Doctrine

Shared coordination state must not live on iCloud at fleet scale

substratefleet-scaleicloudshared-statecoordination-transport

Shared coordination state must not live on iCloud at fleet scale

Rule. Files that the fleet writes on every operation — coordination state, append-only feeds, per-write metadata — MUST NOT live on iCloud-synced paths once the fleet exceeds ~10 simultaneous writers across ~3 machines. iCloud's per-file overhead is fixed and dwarfs the payload at small file size; sustained write rates saturate cloudd on every fleet machine.

Why.
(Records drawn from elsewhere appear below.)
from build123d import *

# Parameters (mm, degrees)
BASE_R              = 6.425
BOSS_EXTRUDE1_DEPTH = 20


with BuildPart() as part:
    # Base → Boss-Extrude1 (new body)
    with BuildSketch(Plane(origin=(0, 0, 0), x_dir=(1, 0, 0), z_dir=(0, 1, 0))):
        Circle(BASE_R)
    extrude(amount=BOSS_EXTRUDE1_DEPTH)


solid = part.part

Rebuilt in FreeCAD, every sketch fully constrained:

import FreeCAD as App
import Part
import Sketcher

doc = App.newDocument("Part")
body = doc.addObject("PartDesign::Body", "Body")

sketch1 = body.newObject("Sketcher::SketchObject", "Sketch")
sketch1.AttachmentSupport = (doc.getObject("XZ_Plane"), [""])
sketch1.MapMode = "FlatFace"
sketch1.addGeometry(Part.Circle(App.Vector(0, 0, 0), App.Vector(0, 0, 1), 6), False)
sketch1.addConstraint(Sketcher.Constraint("Coincident", 0, 3, -1, 1))
sketch1.addConstraint(Sketcher.Constraint("Diameter", 0, 12.85))
pad1 = body.newObject("PartDesign::Pad", "Pad")
pad1.Profile = sketch1
pad1.Length = 20
pad1.Reversed = True

doc.recompute()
Each iCloud write triggers: (a) local FSEvents detection, (b) hash + diff, (c) metadata-sync to iCloud, (d) propagation to every other fleet machine, (e) downstream cloudd local write + FSEvents emission. The cycle is per-file, not per-byte. A 382-byte tamper-detection state file written 50 times per hour generates the same cloudd load as a 4MB feed written 50 times per hour. At small payloads, iCloud is pure overhead.

Founding evidence (2026-05-03 session). Operator MacBook Air hit 217°F with load > 20 and 1.4% CPU available. Top-CPU diagnosis: claude (31.5%) + cloudd (30.2%) co-equal. Two iCloud-resident shared-state files were the load drivers:

1. ~/Library/Mobile Documents/com~apple~CloudDocs/camberzero_sync_assets/fleet/shepherd-state.json — 382 bytes, 10 keys, written by ~7 fleet helpers on every feed-append. Operator quote: "causes this every day. i dont know why we don't just destroy every trace of it." 2. ~/Library/Mobile Documents/com~apple~CloudDocs/camberzero_sync_assets/.../FLEET_FEED.md — 4.5MB and growing, written by every fleet seat's actionable post.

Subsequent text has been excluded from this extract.